What is being asked
From the line with "face PLANE(AX(P(0,0.8,0),D(0,1,0),D(1,0,0))) [-e17]" to the line with "face PLANE(AX(P(-17.5,-0.8,25),D(0,0,1),D(1,0,0))) [e4", retype every line exactly, including those two, and leave out the rest of the data below.

Extracted entries
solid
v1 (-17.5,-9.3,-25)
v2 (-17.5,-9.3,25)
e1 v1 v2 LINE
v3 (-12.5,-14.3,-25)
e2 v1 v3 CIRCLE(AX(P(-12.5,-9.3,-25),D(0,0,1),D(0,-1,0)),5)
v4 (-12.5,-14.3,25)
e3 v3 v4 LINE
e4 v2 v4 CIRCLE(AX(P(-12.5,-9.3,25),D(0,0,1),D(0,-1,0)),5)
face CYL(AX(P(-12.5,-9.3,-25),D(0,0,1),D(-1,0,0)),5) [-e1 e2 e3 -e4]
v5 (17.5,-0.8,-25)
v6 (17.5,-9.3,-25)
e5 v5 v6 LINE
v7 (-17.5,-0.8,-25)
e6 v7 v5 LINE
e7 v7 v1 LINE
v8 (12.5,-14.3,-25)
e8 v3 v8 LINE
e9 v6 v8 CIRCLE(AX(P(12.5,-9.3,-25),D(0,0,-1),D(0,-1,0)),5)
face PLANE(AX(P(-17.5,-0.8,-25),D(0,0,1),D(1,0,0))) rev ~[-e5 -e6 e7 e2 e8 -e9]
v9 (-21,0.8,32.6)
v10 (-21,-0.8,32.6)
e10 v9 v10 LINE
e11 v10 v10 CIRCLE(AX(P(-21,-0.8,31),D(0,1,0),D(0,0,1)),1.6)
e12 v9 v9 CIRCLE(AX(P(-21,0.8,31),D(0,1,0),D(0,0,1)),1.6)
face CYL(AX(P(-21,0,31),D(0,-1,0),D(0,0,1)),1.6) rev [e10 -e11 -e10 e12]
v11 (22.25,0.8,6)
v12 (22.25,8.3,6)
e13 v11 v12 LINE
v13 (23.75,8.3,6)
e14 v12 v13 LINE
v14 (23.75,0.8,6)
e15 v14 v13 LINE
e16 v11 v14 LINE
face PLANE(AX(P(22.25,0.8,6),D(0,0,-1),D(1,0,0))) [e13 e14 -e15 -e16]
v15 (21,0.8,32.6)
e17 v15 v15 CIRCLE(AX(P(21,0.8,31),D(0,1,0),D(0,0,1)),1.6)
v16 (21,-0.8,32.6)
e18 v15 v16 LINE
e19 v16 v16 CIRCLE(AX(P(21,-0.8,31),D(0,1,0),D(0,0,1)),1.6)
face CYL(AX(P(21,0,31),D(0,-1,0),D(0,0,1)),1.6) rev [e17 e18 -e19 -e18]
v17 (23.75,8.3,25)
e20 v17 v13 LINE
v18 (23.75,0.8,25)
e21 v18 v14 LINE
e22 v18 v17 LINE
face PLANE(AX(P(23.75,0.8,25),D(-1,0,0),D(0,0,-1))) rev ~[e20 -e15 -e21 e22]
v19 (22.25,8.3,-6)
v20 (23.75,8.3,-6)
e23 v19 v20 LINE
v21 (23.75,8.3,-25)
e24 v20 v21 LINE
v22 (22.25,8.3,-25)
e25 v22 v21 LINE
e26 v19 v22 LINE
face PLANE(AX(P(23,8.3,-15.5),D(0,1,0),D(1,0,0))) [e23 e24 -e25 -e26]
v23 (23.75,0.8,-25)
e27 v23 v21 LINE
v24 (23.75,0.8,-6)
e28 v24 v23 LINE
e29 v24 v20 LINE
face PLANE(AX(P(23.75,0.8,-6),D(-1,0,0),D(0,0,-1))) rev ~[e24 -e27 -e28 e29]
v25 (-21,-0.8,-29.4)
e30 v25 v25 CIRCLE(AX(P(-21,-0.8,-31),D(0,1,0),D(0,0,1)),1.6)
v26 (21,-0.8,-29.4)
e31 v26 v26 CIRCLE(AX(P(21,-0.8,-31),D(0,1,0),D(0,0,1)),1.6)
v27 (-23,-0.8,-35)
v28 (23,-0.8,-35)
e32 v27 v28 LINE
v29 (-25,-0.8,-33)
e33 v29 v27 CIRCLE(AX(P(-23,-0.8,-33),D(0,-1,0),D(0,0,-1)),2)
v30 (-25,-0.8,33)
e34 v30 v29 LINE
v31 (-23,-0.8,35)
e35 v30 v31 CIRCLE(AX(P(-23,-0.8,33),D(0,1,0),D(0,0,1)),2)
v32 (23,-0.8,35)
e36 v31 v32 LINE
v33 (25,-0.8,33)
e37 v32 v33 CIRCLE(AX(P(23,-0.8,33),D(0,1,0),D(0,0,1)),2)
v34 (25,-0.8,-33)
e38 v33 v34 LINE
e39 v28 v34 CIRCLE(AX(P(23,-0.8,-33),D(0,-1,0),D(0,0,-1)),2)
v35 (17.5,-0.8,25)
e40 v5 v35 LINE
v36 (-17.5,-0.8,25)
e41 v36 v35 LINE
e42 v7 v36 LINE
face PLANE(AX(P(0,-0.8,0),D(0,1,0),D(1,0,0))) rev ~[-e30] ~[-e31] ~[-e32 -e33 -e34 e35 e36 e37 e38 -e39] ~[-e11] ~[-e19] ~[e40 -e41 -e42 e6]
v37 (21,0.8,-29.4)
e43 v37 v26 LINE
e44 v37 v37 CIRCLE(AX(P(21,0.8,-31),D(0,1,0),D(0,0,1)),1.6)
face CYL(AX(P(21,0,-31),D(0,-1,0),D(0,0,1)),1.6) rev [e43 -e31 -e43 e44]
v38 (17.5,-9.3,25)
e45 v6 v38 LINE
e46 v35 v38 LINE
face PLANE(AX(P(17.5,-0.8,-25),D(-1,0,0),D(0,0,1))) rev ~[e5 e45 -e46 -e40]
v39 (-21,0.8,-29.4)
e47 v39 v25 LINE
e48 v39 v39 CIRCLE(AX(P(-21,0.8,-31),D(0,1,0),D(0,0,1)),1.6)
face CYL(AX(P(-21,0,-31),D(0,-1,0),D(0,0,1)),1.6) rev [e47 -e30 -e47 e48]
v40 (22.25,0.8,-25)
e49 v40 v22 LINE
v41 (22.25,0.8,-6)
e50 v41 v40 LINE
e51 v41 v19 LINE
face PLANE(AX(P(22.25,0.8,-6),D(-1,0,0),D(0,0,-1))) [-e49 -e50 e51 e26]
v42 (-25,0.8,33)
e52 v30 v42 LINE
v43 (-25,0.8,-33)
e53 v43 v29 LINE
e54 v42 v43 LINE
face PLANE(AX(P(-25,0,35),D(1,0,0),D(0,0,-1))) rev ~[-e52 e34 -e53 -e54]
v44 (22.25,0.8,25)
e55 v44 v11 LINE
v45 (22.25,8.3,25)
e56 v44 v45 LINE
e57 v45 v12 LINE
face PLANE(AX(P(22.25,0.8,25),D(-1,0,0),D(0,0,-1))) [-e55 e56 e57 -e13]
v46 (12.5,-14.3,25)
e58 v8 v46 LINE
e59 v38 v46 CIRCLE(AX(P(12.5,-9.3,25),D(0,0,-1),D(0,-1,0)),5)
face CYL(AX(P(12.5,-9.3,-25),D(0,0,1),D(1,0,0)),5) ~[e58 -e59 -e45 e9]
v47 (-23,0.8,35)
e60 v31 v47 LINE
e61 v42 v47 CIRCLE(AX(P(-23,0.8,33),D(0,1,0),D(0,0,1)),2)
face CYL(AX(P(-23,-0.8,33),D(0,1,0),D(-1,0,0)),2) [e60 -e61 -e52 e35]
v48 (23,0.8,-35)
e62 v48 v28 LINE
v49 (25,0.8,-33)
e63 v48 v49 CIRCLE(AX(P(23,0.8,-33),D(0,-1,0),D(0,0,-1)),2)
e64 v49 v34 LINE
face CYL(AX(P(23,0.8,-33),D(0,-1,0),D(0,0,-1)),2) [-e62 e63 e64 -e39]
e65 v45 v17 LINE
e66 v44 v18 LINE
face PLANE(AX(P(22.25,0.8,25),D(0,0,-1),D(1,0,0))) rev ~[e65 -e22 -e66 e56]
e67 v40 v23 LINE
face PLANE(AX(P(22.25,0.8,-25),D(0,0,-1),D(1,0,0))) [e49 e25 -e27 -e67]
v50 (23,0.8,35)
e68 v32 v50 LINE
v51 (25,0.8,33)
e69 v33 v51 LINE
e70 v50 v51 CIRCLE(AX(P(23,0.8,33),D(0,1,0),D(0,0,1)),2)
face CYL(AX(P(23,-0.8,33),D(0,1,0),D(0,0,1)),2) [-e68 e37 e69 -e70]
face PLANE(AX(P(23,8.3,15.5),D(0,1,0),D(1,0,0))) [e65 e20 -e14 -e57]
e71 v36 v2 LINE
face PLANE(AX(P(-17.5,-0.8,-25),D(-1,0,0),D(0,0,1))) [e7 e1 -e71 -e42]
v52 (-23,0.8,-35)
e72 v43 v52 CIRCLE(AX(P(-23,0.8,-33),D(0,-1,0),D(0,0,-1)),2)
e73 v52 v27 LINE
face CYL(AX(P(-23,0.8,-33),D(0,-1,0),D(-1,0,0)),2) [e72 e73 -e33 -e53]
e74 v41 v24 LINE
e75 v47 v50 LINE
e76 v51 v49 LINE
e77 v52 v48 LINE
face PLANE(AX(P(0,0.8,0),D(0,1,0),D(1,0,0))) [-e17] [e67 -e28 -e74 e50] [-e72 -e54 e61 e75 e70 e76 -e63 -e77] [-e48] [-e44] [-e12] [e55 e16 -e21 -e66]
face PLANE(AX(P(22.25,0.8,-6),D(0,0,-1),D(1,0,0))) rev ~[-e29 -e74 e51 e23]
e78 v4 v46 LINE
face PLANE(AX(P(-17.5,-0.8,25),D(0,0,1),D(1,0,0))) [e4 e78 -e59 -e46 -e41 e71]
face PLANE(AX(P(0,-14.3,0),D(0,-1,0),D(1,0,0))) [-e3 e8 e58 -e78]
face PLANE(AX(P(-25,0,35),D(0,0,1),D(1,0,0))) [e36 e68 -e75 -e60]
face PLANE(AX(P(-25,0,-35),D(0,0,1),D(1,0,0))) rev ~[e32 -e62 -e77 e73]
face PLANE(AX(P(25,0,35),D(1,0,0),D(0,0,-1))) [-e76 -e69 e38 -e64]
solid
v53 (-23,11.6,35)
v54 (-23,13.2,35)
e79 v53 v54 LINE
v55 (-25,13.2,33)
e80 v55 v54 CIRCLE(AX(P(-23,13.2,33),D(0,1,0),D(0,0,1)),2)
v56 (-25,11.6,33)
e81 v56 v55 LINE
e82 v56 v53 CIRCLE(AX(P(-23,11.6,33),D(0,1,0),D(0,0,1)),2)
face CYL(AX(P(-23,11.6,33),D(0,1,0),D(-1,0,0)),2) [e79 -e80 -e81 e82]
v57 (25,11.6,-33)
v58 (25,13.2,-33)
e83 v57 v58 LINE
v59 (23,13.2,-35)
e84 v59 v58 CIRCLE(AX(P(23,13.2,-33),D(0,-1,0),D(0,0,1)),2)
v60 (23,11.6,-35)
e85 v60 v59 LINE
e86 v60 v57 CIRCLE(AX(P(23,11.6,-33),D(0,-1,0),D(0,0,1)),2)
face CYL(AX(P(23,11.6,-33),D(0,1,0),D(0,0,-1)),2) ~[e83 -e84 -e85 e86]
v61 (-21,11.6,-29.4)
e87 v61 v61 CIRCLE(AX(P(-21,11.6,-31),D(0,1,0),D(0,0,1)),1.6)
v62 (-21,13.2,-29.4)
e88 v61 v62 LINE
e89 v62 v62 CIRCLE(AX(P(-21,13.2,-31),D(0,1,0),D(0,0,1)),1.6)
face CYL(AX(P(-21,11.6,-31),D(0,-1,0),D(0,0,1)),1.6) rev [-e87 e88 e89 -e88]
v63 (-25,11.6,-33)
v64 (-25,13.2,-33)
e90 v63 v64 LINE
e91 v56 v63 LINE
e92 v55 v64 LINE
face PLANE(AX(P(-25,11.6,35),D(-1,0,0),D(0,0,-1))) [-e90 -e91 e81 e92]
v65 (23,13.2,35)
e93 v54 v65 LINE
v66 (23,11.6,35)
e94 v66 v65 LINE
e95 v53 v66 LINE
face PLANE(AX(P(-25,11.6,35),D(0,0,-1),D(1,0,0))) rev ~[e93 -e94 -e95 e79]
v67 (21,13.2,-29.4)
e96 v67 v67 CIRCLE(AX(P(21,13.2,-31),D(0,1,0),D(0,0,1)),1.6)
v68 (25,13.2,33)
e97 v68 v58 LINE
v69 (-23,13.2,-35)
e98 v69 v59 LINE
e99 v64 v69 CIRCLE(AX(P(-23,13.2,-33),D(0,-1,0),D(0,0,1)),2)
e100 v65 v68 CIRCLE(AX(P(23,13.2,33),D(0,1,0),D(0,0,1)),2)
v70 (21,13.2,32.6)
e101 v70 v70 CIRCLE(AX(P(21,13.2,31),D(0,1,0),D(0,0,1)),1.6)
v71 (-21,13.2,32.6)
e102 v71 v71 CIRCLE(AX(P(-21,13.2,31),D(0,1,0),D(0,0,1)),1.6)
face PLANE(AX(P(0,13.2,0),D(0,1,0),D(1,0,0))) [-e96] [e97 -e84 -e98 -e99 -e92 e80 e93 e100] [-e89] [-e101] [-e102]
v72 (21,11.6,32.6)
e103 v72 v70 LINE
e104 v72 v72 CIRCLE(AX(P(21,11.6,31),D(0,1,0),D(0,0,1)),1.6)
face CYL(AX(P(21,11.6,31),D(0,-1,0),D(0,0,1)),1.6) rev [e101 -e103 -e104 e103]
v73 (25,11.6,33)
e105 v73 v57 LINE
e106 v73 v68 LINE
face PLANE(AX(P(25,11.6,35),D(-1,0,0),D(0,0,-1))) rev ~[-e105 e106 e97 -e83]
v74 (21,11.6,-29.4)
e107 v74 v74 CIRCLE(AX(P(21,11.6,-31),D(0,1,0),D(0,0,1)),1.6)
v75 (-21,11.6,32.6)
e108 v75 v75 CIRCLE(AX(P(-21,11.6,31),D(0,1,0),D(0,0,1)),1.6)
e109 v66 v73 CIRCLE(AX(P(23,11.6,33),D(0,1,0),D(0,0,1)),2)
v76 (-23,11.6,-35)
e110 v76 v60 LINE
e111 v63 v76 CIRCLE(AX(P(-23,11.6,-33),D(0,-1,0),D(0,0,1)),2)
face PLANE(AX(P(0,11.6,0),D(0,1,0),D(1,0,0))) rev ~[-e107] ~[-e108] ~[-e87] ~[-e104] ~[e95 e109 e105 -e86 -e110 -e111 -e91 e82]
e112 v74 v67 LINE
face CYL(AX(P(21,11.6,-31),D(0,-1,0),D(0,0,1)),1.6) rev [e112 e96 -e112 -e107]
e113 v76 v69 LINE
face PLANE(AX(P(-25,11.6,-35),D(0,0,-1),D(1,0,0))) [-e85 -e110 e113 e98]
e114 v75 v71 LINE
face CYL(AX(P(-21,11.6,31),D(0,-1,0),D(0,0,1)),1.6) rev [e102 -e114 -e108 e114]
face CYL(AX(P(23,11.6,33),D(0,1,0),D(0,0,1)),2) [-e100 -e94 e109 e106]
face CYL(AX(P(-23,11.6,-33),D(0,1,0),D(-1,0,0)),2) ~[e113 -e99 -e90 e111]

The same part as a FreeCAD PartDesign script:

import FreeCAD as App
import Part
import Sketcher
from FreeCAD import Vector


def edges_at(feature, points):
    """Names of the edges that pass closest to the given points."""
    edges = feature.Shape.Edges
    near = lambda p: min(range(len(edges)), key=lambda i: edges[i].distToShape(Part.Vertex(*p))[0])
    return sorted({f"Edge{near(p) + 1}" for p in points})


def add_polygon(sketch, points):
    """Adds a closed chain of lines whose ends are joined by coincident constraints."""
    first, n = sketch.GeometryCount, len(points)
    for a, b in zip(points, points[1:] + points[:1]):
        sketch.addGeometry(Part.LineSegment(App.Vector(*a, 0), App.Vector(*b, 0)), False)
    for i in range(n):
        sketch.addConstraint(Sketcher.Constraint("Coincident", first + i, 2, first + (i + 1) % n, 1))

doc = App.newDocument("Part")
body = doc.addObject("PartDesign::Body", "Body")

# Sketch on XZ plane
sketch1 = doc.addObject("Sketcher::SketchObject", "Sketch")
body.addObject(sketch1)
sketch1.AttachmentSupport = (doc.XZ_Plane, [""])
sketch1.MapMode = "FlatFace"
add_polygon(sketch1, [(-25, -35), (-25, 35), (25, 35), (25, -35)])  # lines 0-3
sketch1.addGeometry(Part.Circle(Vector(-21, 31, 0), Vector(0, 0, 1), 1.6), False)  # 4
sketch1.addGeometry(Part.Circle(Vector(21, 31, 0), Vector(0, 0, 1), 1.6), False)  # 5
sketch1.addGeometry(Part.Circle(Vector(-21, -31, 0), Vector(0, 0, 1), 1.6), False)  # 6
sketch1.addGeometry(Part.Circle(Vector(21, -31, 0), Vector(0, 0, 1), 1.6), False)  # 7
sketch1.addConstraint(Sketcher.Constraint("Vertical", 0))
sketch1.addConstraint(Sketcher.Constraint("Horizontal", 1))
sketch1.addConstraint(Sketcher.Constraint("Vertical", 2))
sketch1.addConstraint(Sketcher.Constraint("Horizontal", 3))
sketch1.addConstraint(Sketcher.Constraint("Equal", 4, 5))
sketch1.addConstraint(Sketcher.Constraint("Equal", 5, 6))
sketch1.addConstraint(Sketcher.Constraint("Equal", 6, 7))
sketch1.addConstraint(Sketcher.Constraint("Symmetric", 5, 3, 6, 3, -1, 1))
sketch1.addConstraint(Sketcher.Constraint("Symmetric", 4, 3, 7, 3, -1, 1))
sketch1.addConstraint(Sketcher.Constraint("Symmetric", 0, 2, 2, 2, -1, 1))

Result for this exercise
face PLANE(AX(P(0,0.8,0),D(0,1,0),D(1,0,0))) [-e17] [e67 -e28 -e74 e50] [-e72 -e54 e61 e75 e70 e76 -e63 -e77] [-e48] [-e44] [-e12] [e55 e16 -e21 -e66]
face PLANE(AX(P(22.25,0.8,-6),D(0,0,-1),D(1,0,0))) rev ~[-e29 -e74 e51 e23]
e78 v4 v46 LINE
face PLANE(AX(P(-17.5,-0.8,25),D(0,0,1),D(1,0,0))) [e4 e78 -e59 -e46 -e41 e71]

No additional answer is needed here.